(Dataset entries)
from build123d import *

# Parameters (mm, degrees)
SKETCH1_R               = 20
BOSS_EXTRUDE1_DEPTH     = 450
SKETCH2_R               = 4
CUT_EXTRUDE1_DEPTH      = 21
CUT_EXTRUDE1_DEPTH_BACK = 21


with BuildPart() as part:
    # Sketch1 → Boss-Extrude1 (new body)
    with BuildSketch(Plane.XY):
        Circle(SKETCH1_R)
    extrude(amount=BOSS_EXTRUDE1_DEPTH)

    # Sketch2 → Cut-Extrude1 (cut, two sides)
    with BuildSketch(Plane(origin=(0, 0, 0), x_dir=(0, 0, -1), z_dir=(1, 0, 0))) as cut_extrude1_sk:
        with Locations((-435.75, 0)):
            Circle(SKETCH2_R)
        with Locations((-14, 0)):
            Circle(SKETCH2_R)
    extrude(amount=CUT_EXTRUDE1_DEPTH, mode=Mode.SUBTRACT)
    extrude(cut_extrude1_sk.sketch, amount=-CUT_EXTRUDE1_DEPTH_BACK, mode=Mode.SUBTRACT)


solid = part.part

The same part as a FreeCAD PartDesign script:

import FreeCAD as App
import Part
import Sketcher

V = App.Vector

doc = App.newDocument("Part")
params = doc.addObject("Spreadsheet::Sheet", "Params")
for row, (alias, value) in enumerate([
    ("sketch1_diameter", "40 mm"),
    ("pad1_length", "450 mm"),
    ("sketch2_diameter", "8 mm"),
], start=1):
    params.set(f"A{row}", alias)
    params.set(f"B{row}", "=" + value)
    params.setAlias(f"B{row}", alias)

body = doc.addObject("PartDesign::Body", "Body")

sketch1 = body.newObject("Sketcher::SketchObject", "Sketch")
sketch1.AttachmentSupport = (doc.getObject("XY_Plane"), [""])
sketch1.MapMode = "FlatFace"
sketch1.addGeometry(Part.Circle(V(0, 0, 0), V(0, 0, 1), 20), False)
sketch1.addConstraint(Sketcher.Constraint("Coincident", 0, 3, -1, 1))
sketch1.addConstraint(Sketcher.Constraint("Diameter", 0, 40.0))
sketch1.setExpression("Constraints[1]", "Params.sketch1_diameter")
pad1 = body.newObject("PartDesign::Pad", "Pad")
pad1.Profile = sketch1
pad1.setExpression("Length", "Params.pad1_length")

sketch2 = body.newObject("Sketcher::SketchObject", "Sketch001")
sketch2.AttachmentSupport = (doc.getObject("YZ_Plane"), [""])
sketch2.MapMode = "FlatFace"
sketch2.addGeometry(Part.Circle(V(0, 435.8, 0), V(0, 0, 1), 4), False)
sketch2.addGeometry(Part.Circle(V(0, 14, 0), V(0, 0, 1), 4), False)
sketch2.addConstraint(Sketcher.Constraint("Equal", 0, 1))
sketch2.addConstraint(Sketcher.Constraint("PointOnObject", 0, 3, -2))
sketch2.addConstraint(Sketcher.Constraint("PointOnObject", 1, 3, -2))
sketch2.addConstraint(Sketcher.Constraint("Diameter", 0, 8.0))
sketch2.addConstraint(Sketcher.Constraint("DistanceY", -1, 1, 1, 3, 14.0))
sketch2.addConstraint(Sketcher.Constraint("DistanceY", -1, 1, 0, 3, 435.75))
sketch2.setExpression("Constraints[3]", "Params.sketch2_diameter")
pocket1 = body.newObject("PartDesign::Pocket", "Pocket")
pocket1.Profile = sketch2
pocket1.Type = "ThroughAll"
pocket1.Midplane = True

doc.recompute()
--
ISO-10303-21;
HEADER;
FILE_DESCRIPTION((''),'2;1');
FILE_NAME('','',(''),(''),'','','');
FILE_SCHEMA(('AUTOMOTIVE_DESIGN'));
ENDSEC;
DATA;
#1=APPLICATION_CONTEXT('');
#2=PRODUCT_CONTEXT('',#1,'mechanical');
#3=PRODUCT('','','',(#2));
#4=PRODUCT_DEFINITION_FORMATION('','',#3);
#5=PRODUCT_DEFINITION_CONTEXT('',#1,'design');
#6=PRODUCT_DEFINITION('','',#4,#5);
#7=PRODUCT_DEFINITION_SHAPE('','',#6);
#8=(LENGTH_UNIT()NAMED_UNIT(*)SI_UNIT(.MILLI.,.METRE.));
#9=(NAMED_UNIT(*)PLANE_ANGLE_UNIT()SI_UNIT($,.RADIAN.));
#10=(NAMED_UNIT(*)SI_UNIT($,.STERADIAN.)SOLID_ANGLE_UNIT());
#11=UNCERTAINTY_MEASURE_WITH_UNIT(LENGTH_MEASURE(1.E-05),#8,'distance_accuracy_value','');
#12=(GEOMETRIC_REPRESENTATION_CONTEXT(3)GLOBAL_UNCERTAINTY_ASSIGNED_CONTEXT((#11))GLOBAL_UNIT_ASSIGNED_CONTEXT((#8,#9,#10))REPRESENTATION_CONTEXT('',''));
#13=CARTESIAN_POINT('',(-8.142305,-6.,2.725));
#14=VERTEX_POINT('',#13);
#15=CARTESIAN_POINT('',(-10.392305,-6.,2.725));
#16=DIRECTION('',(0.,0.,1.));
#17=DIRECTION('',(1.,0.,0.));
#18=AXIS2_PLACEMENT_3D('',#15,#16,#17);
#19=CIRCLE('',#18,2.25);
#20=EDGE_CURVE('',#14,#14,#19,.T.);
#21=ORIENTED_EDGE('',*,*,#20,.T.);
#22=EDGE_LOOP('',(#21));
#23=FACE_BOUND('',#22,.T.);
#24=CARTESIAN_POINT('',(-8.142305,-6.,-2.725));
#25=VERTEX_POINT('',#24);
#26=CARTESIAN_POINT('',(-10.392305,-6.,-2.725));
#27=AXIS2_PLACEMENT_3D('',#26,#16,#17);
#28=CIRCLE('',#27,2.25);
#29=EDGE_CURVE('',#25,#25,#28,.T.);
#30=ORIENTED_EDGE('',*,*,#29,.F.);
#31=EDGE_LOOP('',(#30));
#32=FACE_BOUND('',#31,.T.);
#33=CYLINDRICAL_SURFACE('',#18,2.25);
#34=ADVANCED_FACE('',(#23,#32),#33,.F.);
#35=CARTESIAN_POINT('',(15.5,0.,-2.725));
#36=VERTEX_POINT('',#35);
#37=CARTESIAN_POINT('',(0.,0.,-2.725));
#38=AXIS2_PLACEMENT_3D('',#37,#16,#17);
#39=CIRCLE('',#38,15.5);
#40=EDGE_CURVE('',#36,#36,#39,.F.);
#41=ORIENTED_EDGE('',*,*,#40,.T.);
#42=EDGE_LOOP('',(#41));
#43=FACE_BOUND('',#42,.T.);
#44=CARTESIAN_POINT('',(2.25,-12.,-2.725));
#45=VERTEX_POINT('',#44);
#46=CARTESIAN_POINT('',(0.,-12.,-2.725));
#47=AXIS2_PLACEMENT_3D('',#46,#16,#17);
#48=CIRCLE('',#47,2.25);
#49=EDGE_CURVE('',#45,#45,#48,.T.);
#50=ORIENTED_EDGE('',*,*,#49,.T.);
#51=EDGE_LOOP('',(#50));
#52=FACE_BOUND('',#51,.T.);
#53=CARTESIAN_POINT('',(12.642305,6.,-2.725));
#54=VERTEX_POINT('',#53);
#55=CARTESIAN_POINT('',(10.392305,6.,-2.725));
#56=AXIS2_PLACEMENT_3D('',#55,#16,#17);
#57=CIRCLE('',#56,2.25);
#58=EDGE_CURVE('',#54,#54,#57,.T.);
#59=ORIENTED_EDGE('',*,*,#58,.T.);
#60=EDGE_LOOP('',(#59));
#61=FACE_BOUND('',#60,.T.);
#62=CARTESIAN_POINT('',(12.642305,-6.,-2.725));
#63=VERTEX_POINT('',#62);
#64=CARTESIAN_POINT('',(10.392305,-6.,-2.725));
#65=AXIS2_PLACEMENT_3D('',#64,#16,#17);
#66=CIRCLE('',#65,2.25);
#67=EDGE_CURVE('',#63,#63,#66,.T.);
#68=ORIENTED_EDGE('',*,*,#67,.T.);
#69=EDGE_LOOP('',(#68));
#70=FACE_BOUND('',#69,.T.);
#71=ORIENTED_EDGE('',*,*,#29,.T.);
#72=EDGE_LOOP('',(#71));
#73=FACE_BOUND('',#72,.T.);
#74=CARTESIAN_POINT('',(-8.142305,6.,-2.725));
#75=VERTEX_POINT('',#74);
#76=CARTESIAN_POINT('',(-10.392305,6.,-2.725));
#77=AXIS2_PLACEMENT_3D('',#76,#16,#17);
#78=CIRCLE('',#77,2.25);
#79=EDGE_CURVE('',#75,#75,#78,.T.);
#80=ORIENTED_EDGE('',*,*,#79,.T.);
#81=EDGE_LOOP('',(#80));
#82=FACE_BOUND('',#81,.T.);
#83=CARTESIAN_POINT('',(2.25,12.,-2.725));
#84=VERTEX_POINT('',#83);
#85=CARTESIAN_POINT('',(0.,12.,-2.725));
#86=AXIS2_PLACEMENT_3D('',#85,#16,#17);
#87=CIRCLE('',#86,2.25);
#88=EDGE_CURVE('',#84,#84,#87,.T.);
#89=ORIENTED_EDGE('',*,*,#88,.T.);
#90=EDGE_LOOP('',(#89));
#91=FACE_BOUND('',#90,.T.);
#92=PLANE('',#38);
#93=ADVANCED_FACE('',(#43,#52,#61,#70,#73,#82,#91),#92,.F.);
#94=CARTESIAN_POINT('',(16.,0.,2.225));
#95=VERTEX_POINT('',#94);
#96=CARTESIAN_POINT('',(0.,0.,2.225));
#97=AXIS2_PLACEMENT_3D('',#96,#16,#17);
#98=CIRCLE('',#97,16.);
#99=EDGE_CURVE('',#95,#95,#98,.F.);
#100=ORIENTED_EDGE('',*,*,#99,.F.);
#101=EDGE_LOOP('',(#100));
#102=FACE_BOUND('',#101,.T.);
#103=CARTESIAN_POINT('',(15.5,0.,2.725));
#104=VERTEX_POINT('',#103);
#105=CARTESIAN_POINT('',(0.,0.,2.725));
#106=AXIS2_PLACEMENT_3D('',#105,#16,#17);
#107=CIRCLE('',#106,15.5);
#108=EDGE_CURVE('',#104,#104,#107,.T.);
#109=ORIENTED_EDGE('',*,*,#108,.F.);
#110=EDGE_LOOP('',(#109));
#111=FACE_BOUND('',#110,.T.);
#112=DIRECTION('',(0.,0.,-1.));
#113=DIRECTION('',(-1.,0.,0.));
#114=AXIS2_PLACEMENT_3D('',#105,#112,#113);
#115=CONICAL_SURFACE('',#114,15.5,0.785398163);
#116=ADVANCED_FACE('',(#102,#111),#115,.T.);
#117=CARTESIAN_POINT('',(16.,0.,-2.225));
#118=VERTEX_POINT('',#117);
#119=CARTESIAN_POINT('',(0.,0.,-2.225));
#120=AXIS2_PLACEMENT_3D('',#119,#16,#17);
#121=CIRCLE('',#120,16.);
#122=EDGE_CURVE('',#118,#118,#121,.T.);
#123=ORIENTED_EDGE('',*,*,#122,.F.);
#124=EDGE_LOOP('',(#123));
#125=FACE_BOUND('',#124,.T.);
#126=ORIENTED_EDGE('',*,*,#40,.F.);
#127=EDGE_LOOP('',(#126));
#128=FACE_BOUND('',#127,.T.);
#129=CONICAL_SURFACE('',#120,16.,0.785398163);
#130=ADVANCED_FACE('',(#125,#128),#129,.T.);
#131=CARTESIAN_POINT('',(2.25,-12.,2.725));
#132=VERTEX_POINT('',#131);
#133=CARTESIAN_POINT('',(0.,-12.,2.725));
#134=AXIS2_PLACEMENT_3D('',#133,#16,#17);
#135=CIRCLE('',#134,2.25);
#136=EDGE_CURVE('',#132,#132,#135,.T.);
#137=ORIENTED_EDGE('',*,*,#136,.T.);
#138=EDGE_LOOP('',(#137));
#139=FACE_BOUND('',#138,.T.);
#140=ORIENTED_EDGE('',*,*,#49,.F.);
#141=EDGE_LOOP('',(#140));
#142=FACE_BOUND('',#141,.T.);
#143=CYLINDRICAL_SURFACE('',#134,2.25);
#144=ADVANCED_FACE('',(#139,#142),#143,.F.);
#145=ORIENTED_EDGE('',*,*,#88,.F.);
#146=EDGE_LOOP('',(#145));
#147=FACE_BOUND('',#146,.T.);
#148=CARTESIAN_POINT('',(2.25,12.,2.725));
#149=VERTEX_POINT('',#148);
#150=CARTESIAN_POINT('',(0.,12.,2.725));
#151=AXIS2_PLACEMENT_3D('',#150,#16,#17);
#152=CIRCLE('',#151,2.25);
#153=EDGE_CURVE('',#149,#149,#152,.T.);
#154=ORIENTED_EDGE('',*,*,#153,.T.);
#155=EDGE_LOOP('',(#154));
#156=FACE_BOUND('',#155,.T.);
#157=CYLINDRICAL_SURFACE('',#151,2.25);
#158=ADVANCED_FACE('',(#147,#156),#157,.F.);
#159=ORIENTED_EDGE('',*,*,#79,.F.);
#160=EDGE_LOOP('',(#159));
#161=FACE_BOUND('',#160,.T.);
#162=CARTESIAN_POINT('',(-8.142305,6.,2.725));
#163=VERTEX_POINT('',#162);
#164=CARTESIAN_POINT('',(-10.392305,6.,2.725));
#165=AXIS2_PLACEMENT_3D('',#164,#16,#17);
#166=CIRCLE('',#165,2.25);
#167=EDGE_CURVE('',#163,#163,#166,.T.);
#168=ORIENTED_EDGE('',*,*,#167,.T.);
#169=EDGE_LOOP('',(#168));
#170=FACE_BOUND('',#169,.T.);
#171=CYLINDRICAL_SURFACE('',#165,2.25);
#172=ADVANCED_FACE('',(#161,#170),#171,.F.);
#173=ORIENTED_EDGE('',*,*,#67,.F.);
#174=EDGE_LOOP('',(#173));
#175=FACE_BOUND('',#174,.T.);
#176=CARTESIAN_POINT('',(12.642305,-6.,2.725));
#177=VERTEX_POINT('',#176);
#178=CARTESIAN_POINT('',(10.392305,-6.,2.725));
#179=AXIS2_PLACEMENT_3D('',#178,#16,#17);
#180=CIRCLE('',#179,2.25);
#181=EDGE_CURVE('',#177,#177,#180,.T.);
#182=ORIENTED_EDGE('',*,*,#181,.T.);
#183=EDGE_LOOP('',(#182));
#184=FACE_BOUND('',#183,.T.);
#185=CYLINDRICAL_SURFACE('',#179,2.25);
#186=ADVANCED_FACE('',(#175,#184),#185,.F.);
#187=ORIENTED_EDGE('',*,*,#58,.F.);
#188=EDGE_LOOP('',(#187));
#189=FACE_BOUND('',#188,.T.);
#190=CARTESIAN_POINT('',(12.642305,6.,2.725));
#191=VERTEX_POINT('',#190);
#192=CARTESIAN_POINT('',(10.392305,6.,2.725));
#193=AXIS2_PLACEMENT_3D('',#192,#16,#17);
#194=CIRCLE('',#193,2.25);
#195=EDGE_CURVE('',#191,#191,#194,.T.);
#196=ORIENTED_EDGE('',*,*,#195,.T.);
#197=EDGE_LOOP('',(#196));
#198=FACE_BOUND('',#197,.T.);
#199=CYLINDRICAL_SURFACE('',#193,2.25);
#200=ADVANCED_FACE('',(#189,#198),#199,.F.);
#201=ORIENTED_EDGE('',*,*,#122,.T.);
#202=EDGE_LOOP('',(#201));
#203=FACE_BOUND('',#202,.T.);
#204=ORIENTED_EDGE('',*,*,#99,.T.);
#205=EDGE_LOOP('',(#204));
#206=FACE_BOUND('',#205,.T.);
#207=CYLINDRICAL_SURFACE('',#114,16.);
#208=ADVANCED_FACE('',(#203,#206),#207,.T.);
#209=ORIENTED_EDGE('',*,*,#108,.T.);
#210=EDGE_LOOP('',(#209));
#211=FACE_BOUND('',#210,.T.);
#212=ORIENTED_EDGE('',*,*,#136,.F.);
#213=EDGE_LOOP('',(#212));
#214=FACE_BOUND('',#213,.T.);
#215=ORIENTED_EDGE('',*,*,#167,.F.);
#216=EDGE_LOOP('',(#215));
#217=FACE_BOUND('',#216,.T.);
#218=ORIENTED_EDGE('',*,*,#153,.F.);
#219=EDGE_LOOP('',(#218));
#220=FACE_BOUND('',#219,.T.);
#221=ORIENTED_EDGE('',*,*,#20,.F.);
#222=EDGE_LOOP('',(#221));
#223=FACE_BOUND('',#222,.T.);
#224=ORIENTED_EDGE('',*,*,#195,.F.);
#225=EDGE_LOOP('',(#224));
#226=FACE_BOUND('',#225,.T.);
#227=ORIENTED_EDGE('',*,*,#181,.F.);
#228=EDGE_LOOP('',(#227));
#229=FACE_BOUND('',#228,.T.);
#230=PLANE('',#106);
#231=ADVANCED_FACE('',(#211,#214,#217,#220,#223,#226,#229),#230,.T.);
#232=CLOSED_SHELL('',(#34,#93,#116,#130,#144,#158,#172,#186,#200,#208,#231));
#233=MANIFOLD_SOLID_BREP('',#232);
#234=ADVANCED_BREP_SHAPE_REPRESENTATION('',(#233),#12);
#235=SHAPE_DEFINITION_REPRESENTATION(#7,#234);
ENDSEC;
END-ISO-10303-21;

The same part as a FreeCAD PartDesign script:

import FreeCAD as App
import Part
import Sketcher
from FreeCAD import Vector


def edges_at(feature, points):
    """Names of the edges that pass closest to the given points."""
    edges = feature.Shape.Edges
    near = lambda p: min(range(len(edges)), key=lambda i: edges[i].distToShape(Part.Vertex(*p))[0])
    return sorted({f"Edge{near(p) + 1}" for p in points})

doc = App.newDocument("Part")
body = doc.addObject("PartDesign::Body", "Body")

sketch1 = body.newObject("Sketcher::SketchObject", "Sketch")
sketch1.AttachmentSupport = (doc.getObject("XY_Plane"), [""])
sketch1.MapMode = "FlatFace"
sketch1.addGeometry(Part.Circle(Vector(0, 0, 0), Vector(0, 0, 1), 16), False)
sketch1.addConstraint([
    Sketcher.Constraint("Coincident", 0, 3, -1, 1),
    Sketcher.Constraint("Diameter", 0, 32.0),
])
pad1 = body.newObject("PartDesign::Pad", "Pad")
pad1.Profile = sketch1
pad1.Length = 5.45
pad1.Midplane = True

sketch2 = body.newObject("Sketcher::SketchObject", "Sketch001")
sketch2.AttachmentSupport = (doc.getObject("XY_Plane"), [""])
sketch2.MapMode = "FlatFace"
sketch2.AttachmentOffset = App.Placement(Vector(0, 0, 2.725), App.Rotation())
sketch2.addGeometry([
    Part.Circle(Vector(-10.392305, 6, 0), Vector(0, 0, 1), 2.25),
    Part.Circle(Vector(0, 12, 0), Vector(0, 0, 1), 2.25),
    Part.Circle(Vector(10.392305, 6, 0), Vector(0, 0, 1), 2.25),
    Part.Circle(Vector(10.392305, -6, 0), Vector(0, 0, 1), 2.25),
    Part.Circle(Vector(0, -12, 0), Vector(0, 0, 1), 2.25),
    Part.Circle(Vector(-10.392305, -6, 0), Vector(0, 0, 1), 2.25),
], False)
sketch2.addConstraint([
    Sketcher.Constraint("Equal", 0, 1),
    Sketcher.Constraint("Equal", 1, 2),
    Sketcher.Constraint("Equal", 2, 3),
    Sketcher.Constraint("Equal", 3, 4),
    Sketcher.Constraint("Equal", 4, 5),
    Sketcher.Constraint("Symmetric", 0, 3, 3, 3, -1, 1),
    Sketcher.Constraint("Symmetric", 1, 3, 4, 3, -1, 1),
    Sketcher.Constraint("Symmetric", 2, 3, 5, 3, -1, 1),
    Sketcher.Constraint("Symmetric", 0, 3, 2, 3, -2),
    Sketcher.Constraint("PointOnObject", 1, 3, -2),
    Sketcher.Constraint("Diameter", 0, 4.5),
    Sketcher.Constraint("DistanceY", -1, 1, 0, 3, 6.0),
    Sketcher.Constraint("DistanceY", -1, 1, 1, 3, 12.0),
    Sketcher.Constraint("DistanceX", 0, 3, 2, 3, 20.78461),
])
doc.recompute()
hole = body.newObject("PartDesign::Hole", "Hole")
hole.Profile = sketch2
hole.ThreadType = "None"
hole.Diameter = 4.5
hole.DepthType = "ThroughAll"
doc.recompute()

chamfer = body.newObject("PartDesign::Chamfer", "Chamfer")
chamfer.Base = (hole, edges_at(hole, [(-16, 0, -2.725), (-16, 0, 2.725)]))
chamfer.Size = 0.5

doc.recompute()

» **Task objective**: The required output is every line above from the one with "from build123d import *" down to the one with "z_dir=(1, 0, 0)))", restated word for word, ends included.

» **The answer**:
from build123d import *

# Parameters (mm, degrees)
SKETCH1_R               = 20
BOSS_EXTRUDE1_DEPTH     = 450
SKETCH2_R               = 4
CUT_EXTRUDE1_DEPTH      = 21
CUT_EXTRUDE1_DEPTH_BACK = 21


with BuildPart() as part:
    # Sketch1 → Boss-Extrude1 (new body)
    with BuildSketch(Plane.XY):
        Circle(SKETCH1_R)
    extrude(amount=BOSS_EXTRUDE1_DEPTH)

    # Sketch2 → Cut-Extrude1 (cut, two sides)
    with BuildSketch(Plane(origin=(0, 0, 0), x_dir=(0, 0, -1), z_dir=(1, 0, 0))) as cut_extrude1_sk:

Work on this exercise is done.